> Work order
In the entries below, find each line with the word "BuildPart" and pull it out.

Data Start Marker

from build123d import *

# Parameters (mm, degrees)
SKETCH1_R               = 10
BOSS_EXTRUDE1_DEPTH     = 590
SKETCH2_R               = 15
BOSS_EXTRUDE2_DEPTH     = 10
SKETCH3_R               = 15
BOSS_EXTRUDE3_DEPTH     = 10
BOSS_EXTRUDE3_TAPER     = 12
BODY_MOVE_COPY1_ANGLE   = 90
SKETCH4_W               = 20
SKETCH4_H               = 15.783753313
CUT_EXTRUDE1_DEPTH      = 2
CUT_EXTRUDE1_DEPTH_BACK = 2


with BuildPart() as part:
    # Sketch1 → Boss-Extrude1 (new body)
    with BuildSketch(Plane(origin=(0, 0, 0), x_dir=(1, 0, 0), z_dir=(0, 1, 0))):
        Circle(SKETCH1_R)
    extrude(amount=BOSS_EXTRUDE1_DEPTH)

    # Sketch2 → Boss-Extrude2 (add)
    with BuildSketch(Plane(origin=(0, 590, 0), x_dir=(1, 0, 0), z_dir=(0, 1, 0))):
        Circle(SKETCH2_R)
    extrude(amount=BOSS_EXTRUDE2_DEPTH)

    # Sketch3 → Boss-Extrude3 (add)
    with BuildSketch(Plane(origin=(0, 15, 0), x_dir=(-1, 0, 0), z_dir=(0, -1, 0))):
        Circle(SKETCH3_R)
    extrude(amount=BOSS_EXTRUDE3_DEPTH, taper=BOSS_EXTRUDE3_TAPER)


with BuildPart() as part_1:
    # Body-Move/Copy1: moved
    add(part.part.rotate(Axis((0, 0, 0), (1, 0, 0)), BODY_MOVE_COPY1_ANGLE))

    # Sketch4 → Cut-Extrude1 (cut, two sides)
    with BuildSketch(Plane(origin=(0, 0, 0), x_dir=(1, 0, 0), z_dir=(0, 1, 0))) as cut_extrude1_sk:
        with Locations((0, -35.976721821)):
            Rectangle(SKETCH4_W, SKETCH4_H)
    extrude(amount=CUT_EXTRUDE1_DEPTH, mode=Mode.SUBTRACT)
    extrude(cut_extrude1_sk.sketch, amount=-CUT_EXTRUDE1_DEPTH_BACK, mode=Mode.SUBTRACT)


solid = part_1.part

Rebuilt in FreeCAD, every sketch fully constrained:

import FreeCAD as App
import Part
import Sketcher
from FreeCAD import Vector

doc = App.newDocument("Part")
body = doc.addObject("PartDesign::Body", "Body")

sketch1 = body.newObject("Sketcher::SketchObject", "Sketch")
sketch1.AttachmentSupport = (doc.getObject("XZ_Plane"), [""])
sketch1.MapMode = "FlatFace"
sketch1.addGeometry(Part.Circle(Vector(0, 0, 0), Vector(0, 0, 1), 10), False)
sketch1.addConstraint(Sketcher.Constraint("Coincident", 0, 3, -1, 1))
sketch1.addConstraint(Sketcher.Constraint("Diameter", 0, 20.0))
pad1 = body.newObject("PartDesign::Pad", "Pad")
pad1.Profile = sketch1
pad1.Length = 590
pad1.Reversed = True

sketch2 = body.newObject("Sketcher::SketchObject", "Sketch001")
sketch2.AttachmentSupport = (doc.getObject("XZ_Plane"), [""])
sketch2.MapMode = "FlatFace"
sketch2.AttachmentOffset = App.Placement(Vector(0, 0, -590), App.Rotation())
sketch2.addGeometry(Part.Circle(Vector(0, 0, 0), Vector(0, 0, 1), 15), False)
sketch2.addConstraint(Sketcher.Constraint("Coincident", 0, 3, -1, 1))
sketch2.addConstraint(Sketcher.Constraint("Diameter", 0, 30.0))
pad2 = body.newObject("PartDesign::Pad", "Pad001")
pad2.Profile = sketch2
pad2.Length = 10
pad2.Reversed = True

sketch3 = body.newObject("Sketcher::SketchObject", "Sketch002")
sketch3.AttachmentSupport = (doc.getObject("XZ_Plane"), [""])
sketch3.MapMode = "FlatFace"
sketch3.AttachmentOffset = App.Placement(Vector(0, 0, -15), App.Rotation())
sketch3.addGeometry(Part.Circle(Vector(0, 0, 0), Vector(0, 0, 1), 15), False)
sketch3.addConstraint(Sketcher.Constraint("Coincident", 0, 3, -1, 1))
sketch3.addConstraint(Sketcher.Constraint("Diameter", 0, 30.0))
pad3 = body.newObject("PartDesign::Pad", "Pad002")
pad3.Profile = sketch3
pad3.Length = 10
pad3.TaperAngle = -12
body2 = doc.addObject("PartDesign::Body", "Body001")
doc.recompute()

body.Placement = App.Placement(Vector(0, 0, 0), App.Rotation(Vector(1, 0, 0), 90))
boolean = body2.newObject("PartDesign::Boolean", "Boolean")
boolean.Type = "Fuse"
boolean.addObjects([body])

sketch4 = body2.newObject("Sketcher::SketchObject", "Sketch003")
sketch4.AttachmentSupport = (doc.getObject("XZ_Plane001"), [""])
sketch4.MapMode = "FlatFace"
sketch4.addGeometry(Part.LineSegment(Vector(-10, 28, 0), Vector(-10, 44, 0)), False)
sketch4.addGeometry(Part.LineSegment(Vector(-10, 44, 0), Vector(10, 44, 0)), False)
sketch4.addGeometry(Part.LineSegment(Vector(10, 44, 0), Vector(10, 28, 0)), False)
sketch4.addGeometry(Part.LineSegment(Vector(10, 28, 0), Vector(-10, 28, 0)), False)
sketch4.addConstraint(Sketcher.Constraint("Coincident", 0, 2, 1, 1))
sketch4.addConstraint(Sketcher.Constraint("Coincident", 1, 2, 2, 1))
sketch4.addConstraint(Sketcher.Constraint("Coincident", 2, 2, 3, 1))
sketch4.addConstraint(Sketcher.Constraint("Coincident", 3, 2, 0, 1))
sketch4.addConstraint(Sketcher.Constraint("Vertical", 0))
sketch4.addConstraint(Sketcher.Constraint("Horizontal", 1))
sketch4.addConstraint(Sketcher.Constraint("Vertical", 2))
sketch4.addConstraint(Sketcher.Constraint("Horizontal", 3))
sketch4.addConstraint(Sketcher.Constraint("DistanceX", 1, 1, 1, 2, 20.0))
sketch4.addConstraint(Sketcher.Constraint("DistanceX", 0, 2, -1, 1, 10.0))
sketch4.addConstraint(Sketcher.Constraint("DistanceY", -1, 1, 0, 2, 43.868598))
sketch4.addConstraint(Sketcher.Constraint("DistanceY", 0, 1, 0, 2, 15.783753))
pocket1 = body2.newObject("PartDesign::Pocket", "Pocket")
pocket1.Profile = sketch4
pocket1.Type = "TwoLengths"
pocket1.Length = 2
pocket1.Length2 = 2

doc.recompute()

Data End Marker

> Exercise answer
with BuildPart() as part:
with BuildPart() as part_1:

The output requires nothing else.